I’m not sure if this will help your specific problem but I’d be curious to know if you’re also running the default scan detection script on this box? In your local.bro are you loading “misc/scan”? If so, that script is known to be a huge memory hog and could be indirectly contributing to your high memory usage…just wanted to mention that, since you mentioned you commented out the conditional that invokes “event Intel::new_item(item)” the problem may reside more directly with the Intel Framework.

How many indicators of each indicator type are you loading into the Intel Framework?

-Drew

You should update to at least 2.4.2 due to this vulnerability:

http://blog.bro.org/2017/10/bro-252-242-release-security-update.html

It remained at 27G after many cycles of replacing the input file with 18K new unique items.

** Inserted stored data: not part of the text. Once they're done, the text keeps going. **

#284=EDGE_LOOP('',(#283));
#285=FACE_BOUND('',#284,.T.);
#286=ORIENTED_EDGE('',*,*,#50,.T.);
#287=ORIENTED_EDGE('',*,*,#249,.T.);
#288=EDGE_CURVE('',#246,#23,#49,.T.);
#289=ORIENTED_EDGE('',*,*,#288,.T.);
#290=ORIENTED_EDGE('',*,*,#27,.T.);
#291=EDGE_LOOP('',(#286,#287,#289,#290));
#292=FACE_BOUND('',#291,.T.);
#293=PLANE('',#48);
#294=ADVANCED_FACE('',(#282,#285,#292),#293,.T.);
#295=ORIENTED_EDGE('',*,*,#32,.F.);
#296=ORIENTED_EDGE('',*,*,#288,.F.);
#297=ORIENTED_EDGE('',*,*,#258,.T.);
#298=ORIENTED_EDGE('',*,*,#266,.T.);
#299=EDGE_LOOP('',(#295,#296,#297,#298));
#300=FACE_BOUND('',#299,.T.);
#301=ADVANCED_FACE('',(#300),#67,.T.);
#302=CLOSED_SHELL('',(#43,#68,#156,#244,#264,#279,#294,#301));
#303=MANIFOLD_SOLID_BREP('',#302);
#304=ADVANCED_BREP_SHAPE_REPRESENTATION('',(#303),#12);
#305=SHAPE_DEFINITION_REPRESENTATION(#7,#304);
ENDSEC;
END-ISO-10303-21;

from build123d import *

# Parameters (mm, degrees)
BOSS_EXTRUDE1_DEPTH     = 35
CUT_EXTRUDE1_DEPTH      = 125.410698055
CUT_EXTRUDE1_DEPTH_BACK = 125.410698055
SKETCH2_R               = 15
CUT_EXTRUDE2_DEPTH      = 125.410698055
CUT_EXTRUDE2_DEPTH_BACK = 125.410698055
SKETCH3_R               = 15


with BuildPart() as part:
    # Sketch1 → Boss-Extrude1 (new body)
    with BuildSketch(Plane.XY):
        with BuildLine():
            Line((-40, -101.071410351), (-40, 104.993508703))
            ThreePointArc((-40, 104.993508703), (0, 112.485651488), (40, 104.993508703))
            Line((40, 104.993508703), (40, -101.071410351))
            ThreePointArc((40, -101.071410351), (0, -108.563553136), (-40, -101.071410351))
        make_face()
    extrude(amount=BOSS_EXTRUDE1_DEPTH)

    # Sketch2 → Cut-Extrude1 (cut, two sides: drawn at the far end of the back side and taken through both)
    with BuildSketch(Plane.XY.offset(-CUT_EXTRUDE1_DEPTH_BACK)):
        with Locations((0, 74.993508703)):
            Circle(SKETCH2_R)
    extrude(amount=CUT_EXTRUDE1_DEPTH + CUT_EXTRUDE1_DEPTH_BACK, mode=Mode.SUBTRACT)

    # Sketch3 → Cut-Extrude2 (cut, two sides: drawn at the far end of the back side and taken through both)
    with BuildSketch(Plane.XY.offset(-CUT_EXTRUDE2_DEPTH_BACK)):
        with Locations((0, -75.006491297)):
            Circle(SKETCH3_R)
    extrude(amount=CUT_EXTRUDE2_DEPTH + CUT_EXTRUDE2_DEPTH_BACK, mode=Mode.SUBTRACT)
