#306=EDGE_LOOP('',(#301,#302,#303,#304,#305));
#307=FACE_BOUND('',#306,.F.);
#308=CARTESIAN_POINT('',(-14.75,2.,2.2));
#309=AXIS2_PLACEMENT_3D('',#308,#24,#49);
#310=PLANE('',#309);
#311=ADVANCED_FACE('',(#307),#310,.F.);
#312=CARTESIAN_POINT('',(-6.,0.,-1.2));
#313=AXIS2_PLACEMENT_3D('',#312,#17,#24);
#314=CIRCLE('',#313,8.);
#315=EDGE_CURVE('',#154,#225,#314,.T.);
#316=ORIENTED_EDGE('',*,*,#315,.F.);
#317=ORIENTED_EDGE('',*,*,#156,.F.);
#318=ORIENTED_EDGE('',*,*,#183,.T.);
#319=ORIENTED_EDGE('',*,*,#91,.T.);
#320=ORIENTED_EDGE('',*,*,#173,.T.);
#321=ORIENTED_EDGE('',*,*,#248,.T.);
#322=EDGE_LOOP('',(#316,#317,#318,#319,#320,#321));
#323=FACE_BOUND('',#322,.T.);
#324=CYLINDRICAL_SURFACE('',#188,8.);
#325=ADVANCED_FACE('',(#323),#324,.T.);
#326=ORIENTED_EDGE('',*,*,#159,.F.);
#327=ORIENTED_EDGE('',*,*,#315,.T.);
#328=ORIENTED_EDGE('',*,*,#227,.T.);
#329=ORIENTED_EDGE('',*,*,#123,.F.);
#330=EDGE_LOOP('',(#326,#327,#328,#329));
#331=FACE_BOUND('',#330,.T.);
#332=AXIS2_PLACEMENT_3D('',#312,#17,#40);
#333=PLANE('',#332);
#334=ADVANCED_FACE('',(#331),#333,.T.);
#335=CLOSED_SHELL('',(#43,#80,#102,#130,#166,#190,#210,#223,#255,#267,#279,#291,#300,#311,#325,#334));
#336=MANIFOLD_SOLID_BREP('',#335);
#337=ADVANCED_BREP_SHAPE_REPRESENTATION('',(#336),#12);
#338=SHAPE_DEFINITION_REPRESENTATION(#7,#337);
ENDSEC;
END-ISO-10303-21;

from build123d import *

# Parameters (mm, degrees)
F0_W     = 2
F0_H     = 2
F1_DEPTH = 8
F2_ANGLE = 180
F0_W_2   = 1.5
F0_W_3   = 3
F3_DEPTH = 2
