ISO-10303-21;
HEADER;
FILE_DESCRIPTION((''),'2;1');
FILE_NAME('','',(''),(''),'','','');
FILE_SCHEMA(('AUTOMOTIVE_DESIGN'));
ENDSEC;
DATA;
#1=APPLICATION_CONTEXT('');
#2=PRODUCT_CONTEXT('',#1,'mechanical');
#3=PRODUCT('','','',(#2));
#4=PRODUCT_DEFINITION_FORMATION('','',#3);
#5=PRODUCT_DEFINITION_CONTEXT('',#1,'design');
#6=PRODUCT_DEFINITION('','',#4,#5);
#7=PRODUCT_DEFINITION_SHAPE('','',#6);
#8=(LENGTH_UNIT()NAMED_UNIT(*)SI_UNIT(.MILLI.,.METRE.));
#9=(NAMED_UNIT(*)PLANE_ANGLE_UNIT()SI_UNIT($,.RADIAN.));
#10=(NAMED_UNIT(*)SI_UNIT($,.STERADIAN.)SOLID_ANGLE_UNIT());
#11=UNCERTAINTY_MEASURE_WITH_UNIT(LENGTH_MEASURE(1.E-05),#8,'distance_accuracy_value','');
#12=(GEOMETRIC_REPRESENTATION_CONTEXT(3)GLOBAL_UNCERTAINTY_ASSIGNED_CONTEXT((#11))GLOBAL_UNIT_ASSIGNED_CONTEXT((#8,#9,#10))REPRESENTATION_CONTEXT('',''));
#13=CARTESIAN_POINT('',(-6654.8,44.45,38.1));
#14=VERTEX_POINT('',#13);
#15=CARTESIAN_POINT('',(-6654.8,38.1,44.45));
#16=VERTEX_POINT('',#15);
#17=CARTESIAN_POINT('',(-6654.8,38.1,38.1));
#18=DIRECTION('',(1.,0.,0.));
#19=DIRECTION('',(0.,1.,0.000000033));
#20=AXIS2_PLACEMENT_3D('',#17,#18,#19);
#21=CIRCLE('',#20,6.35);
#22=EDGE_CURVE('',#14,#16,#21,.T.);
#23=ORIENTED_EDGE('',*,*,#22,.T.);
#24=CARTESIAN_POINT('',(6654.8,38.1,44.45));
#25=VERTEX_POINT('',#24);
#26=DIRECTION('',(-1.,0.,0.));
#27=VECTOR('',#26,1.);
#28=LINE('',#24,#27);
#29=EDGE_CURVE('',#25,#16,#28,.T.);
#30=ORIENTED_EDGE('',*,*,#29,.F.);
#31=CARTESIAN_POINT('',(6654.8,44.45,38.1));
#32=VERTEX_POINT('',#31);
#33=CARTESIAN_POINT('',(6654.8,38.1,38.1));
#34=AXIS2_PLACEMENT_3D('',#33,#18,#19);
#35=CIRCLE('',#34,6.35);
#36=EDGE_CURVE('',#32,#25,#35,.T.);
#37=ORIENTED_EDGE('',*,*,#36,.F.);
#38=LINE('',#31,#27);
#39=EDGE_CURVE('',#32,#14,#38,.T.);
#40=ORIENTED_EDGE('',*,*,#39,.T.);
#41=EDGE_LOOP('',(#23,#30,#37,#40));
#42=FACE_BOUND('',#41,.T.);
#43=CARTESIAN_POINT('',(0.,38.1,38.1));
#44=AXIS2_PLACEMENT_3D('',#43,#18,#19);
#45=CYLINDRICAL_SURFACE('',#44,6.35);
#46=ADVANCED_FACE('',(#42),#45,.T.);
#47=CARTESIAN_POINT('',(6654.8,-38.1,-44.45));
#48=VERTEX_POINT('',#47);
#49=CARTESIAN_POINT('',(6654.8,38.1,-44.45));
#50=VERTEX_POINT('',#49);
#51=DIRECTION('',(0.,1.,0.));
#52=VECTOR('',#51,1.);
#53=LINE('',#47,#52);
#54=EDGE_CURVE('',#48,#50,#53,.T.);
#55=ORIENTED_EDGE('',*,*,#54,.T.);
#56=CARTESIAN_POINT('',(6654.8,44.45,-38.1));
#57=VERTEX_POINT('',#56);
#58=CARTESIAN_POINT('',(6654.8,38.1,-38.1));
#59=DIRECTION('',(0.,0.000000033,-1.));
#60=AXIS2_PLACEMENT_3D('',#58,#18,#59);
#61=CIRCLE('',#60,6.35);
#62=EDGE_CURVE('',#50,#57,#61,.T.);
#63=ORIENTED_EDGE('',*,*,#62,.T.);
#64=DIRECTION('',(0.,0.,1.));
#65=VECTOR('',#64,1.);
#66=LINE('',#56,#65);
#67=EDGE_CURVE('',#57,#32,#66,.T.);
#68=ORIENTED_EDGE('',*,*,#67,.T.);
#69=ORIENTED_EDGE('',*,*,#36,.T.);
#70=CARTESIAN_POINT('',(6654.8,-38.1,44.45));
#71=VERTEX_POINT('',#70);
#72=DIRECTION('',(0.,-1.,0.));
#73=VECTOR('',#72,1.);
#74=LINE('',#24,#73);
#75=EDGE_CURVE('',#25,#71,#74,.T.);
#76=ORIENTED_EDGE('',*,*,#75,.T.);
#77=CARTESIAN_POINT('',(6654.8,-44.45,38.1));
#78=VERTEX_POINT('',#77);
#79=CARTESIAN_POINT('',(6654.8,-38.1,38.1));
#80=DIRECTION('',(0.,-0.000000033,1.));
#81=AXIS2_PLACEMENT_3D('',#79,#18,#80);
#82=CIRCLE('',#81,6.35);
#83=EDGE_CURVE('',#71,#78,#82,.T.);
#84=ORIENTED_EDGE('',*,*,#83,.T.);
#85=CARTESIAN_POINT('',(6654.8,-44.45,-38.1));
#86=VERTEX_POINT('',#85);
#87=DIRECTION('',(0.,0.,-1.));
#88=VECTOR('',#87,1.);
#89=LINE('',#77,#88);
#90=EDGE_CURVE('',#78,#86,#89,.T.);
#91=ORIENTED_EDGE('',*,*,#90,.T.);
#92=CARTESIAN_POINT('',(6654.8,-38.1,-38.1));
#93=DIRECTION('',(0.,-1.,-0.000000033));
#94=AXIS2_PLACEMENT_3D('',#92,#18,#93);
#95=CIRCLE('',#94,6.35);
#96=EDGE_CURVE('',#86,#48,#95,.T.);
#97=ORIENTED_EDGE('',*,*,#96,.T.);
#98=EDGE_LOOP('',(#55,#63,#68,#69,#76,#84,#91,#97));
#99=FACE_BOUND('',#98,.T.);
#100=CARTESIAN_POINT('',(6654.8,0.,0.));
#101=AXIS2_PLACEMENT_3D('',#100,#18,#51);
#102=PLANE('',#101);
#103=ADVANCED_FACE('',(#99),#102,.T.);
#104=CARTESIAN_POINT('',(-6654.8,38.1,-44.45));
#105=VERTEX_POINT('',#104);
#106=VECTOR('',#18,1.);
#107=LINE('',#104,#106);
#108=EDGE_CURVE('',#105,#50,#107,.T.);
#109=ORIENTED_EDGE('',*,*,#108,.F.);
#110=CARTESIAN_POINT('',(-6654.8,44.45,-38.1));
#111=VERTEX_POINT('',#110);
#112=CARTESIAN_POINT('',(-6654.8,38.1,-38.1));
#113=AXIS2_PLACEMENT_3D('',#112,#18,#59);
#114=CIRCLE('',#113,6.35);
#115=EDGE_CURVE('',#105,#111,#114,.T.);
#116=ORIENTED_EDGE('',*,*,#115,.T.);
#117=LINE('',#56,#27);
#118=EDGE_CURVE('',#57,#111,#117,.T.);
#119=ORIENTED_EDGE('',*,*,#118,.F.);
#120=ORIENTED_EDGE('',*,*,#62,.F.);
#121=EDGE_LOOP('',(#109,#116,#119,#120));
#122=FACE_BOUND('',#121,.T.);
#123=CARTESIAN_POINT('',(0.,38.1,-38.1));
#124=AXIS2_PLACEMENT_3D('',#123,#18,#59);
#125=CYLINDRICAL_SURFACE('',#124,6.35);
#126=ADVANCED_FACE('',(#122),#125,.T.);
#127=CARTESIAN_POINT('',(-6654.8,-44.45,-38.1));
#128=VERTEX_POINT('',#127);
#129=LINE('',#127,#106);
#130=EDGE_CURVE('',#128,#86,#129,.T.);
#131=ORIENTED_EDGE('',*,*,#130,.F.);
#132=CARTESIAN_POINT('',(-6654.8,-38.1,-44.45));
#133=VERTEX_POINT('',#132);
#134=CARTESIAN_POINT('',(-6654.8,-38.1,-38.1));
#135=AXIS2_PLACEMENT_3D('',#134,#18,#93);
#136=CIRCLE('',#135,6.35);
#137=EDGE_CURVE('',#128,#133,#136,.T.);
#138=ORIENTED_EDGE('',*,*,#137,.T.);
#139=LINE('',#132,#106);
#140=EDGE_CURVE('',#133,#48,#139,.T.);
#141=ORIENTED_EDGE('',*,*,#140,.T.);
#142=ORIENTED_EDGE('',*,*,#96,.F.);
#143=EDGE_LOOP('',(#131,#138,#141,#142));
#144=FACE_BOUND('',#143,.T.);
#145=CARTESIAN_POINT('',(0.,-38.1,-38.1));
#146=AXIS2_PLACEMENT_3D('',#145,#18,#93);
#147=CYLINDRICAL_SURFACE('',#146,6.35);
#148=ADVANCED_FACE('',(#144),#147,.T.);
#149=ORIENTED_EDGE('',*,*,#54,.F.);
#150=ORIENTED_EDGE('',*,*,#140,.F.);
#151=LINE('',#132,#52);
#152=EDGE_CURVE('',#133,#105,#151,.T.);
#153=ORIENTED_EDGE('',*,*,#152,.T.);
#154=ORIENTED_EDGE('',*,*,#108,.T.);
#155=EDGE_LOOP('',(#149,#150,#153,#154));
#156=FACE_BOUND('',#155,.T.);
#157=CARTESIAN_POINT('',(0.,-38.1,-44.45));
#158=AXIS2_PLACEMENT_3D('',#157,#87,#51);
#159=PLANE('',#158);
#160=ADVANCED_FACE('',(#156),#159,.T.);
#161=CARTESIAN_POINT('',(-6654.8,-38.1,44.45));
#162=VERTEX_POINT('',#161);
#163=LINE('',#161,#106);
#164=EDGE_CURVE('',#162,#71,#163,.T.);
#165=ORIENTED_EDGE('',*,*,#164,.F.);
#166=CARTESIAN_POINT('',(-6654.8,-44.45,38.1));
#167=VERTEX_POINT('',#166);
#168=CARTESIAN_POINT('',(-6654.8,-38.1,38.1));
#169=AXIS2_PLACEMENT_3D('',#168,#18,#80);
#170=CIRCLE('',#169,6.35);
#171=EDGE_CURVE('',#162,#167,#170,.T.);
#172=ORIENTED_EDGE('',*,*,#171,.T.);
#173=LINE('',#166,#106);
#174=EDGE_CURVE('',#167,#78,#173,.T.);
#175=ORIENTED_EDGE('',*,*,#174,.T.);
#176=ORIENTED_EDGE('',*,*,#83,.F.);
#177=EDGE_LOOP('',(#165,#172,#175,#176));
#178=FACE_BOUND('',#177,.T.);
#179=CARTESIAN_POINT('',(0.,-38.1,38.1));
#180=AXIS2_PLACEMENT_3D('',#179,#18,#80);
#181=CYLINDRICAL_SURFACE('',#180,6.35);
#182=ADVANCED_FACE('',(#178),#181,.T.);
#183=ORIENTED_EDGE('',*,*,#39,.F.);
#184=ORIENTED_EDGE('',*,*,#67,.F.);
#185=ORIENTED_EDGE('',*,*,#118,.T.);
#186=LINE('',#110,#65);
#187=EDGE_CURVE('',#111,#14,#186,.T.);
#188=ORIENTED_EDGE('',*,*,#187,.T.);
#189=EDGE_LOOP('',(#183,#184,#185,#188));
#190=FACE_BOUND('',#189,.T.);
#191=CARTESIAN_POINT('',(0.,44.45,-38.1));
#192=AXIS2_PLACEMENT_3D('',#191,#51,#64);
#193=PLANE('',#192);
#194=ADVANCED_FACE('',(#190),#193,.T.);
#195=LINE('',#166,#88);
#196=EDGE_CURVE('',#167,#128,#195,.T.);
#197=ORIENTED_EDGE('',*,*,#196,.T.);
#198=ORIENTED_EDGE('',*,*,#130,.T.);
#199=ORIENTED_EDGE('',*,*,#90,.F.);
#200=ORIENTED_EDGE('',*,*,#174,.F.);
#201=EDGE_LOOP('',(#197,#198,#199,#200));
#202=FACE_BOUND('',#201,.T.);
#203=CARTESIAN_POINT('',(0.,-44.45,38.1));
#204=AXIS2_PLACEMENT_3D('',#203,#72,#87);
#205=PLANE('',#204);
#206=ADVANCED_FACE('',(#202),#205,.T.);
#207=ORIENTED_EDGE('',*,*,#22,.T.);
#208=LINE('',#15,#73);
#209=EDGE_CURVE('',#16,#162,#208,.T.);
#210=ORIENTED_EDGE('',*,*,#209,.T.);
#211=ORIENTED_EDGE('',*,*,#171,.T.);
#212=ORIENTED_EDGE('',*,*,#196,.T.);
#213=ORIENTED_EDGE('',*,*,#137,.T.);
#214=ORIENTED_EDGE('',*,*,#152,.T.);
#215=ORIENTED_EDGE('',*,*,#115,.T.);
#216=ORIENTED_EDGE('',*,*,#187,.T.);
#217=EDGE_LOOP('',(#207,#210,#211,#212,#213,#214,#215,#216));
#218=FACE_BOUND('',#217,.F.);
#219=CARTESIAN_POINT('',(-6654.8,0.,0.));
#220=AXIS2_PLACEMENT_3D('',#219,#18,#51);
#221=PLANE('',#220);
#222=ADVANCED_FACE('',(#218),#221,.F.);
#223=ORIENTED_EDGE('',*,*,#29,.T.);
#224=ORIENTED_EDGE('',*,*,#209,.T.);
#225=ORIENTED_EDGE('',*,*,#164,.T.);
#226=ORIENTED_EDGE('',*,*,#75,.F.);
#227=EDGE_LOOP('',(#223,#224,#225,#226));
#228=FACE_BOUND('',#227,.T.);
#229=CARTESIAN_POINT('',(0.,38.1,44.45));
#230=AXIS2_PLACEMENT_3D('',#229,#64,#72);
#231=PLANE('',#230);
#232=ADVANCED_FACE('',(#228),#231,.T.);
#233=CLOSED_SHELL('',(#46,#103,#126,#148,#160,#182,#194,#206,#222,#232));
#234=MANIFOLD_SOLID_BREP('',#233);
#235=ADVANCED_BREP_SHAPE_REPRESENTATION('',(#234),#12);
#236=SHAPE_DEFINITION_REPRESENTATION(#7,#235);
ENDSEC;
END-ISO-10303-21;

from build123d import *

# Parameters (mm, degrees)
F1_DEPTH = 6654.8


with BuildPart() as f1:
    # F0 (on Right) → F1 (new body, symmetric)
    with BuildSketch(Plane.YZ):
        with BuildLine():
            Line((38.1, 44.45), (-38.1, 44.45))
            ThreePointArc((-38.1, 44.45), (-42.590128, 42.590128), (-44.45, 38.1))
            Line((-44.45, 38.1), (-44.45, -38.1))
            ThreePointArc((-44.45, -38.1), (-42.590128, -42.590128), (-38.1, -44.45))
            Line((-38.1, -44.45), (38.1, -44.45))
            ThreePointArc((38.1, -44.45), (42.590128, -42.590128), (44.45, -38.1))
            Line((44.45, -38.1), (44.45, 38.1))
            ThreePointArc((44.45, 38.1), (42.590128, 42.590128), (38.1, 44.45))
        make_face()
    extrude(amount=F1_DEPTH, both=True)


solid = f1.part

That is interesting because by default the intel framework doesn't expire items, so every time you replaced the file you were loading an additional 18k items..

If I get a chance I will resurrect the benchmarking code I was working on a while ago.. It would do things like create a table of hosts and add 10k,20k,30k,40k hosts to it and see what the memory usage was for each count to see what the real work data usage is for different sized data structures. I never tried it with the intel framework though.

We commented the conditional that invokes “event Intel::new_item(item)” in base/frameworks/intel/main.bro to disable remote synchronization with the workers, and the huge VSize disappeared.

This makes more sense.. I don't think your memory usage has anything to do with the intel itself, I think the communication code is falling behind.

How many worker processes do you have configured? Are they running on the same box or separate boxes?

If you load up 18k indicators but have 100 worker nodes, the bro manager needs to send out 1,800,000 events to all the workers. if the workers can't keep up, that data just ends up buffered in memory on the manager until it can be sent out.

Jon: this is the use case I had for the Cluster::relay_rr, offloading the messaging load from the manager

# On the manager, the new_item event indicates a new indicator that
# has to be distributed.
event Intel::new_item(item: Item) &priority=5
    {
    Broker::publish(indicator_topic, Intel::insert_indicator, item);
    }

so that should maybe be used there, instead of the manager having to do all the communication work.